7. Humans resolve such ambiguities in one of two ways. Either they note the context of the preceding sentences or they infer the meaning in isolation by knowing certain rules about the real world—in this case, that boxes are bigger than pens (writing instruments) but smaller than pens (play-pens) and that bigger objects cannot fit inside smaller ones. The computers available to Weaver and his immediate successors could not possibly have managed that.
8. But modern computers, which have more processing power arid more memory, can. Their translation engines are able to adopt a less direct approach, using what is called "linguistic knowledge". It is this that has allowed Mr. Kamejima to produce e-j bank, and has also permitted NeocorTech of San Diego to come up with Tsunami and Typhoon - the first Japanese-language-translation software to run on the standard (English) version of Microsoft Windows.
9. Linguistic-knowledge translators have two sets of grammatical rules—one for the source language and one for the target. They also have a lot of information about the idiomatic differences between the languages, to stop them making silly mistakes.
10. The first set of grammatical rules is used by the parser to analyze an input sentence ("I read" The Economist "every week"). The sentence is resolved into a tree that describes the structural relationship between the sentence's components ("I" [subject], "read" (verb), "The Economist" (object) and "every week" [phrase modifying the verb). Thus far, the process is like that of a Weaver-style transformer engine. But then things get more complex. Instead of working to a pre-arranged formula, a generator (i.e., a parser in reverse) is brought into play to create a sentence structure in the target language. It does so using a dictionary and a comparative grammar—a set of rules that describes the difference between each sentence component in the source language and its counterpart in the target language. Thus a bridge to the second language is built on deep structural foundations.
11. Apart from being much more accurate, such linguistic-knowledge engines should, in theory, be reversible—you should be able to work backwards from the target language to the source language. In practice, there are a few catches which prevent this from happening as well as it might - but the architecture does at least make life easier for software designers trying to produce matching pairs of programs. Tsunami (English to Japanese) and Typhoon Japanese to English), for instance, share much of their underlying programming code.
12. Having been designed from the start for use on a personal computer rather than a powerful workstation or even a mainframe, Tsunami and Typhoon use memory extremely efficiently. As a result, they are blindingly fast on the latest PCs— translating either way at speeds of more than 300,000 words an hour. Do they produce perfect translations at the click of a mouse? Not by a long shot. But they do come up with surprisingly good first drafts for expert translators to get their teeth into. One mistake that the early researchers made was to imagine that nothing less than flawless, fully automated machine translation would suffice. With more realistic expectations, machine translation is, at last, beginning to thrive.

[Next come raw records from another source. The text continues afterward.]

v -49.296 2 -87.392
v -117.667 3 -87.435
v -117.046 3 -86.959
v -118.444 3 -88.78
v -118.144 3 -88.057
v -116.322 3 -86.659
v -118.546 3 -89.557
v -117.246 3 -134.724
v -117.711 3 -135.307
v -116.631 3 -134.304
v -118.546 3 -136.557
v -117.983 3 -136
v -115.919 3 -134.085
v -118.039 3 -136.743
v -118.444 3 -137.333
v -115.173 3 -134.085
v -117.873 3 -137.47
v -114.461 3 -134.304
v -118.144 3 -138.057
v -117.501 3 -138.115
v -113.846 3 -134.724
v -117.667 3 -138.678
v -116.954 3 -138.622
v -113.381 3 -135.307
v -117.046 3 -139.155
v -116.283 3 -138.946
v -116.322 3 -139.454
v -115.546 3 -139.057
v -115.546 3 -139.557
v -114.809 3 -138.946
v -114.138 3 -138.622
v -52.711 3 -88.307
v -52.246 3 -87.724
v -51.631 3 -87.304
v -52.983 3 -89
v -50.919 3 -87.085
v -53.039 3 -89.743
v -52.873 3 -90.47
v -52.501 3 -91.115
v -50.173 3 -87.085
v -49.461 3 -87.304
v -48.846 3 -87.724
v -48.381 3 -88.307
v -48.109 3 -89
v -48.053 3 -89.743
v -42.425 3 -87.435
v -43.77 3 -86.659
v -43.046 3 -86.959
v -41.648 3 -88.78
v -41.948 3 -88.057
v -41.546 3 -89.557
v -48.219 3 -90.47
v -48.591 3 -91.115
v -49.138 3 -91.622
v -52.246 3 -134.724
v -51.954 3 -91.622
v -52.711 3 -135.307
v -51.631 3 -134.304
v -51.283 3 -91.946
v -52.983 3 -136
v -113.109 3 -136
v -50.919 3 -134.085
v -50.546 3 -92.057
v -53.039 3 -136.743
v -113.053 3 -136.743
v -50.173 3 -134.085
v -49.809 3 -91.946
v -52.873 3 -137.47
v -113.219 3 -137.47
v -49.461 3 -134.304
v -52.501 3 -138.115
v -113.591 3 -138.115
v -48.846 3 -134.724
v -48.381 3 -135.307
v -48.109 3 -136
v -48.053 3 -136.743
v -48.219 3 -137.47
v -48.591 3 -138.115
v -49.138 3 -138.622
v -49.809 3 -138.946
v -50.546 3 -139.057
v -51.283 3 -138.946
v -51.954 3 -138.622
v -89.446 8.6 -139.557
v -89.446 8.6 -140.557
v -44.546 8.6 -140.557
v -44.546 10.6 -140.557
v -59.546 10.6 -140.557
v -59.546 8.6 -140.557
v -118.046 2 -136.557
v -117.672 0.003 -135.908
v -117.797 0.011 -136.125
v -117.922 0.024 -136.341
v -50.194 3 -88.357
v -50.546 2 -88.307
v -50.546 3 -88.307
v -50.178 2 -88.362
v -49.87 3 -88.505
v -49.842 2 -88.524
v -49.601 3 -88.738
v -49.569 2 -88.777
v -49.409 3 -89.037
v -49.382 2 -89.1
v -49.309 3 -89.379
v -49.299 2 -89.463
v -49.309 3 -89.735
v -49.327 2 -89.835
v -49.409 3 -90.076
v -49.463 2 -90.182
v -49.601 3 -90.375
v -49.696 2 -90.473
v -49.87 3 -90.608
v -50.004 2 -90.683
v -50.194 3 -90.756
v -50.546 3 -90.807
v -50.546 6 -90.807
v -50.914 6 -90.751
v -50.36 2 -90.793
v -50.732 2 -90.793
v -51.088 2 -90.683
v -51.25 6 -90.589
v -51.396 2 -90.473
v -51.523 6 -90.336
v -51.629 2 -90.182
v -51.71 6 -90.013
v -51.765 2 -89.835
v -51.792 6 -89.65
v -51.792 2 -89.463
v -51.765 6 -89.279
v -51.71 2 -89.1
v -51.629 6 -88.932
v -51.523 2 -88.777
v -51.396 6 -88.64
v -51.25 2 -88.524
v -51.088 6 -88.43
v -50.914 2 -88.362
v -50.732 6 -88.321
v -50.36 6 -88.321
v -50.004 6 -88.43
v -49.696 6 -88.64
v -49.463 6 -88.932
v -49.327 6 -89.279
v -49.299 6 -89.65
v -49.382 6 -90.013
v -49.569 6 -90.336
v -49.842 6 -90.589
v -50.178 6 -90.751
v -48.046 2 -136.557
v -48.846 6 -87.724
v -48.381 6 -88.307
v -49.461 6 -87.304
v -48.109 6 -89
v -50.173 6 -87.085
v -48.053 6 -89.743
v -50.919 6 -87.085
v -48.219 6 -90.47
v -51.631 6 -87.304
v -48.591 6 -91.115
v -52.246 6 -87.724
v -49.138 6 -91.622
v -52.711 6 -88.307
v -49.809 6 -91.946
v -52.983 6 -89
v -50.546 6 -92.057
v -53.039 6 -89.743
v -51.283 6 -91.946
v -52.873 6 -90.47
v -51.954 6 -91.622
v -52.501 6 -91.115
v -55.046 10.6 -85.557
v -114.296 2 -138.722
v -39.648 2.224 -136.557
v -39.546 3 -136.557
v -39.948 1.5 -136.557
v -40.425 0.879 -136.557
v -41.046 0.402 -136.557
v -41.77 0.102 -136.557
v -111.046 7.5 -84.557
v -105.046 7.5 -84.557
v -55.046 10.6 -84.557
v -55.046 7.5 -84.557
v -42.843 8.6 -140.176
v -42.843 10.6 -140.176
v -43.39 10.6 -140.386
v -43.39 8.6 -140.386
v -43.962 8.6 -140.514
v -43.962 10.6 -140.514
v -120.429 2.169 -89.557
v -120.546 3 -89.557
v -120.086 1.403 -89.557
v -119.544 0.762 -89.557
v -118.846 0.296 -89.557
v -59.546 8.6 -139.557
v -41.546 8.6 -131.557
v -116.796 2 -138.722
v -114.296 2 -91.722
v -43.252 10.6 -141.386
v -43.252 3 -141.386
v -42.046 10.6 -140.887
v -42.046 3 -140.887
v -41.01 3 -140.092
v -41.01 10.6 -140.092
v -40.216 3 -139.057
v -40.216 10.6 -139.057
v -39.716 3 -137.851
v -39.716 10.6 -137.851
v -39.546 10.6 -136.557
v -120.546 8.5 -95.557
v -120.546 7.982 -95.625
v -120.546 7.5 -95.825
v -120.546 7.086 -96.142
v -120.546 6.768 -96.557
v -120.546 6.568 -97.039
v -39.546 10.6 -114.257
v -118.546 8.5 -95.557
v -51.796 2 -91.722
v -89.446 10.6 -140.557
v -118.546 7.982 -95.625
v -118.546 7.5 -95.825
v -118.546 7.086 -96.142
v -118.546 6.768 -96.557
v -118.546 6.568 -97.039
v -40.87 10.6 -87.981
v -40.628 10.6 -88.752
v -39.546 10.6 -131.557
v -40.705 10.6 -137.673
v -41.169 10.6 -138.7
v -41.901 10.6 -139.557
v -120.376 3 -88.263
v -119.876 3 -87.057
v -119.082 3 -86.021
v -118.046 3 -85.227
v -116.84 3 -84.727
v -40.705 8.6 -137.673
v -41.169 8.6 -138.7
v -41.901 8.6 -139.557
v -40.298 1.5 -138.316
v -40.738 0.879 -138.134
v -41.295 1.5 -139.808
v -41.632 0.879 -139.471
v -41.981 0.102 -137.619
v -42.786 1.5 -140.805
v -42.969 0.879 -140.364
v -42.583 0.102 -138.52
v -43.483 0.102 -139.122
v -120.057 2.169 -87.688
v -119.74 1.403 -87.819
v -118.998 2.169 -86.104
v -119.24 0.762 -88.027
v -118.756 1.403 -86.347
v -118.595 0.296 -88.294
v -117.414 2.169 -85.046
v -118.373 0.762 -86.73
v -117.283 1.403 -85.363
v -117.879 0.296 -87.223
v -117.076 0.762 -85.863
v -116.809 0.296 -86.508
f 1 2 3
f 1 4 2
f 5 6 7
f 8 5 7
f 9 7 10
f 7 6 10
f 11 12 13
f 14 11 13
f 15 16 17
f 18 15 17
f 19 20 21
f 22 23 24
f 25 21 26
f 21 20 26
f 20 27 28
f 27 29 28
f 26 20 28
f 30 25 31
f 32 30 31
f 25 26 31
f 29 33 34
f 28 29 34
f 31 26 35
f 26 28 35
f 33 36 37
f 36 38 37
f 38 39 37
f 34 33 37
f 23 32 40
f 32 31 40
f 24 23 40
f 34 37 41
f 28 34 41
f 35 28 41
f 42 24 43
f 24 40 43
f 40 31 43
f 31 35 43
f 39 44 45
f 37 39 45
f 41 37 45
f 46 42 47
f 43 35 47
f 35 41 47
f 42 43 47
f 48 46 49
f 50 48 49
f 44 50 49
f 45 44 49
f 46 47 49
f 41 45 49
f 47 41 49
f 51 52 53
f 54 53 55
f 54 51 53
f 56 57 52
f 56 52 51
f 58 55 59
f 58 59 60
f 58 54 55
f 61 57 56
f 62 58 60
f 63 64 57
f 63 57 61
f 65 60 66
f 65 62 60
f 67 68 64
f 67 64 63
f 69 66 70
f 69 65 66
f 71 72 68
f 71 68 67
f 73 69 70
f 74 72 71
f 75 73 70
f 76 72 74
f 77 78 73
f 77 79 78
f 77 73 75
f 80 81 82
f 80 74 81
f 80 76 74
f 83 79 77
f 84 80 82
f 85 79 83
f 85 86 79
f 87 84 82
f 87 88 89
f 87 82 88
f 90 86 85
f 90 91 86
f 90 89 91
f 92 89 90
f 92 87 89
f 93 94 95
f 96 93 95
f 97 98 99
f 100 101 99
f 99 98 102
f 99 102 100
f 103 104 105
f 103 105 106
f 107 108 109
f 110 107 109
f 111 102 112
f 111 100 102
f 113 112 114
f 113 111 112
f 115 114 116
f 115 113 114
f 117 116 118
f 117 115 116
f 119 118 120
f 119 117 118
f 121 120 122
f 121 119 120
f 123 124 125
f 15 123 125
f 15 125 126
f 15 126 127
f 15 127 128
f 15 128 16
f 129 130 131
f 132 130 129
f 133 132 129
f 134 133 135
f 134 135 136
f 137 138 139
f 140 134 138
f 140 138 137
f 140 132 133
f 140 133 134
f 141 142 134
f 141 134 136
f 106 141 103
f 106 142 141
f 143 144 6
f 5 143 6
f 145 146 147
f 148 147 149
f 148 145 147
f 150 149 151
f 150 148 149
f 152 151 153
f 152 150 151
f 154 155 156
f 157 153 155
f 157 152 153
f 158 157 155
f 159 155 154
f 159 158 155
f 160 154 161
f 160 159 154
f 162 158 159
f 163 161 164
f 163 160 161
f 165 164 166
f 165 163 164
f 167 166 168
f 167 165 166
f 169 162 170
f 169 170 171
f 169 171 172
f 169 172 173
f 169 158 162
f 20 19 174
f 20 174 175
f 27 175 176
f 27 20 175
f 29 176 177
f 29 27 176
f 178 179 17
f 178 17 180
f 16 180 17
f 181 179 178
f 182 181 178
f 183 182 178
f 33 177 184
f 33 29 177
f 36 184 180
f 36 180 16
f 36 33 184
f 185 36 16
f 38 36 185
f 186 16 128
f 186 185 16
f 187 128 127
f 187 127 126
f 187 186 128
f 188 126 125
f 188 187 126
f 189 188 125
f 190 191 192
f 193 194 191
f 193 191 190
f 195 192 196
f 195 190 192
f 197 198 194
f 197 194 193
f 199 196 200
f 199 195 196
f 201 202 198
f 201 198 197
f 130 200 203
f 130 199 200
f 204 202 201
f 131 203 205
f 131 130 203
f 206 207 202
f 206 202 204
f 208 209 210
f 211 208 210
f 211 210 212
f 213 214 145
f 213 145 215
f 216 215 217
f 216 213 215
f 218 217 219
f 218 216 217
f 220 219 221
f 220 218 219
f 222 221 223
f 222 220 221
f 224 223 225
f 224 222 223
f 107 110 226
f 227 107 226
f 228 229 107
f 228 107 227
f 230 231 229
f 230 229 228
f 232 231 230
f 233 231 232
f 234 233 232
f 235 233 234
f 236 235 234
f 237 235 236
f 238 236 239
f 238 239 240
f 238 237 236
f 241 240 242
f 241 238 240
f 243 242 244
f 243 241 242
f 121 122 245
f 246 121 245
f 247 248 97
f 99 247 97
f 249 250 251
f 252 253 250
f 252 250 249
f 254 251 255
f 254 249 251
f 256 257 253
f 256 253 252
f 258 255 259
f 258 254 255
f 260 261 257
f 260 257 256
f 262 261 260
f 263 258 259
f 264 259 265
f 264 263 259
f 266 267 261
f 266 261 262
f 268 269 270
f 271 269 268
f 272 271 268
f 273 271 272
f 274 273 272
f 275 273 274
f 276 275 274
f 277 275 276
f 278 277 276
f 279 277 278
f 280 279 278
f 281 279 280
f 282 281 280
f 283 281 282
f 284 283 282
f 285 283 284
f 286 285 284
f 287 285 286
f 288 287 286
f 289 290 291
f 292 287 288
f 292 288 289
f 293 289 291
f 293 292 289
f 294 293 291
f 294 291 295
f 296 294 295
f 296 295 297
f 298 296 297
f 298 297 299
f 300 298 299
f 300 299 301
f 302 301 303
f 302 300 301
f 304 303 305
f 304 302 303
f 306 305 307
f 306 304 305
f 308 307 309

IBM promises science 500-fold break-through in supercomputing power David Stone
PC MAGAZINE March 8, 2005.
Biologists hail SI 00 million project to build a "petaflop" computer as likely to revolutionize our understanding of cellular biology. The computer, nicknamed 'Blue Genes', world be around 500 times faster than today's most powerful supercomputer.
Computer scientists say that the planned machine, details of which were revealed last: week, is the first large leap in computer architecture in decades.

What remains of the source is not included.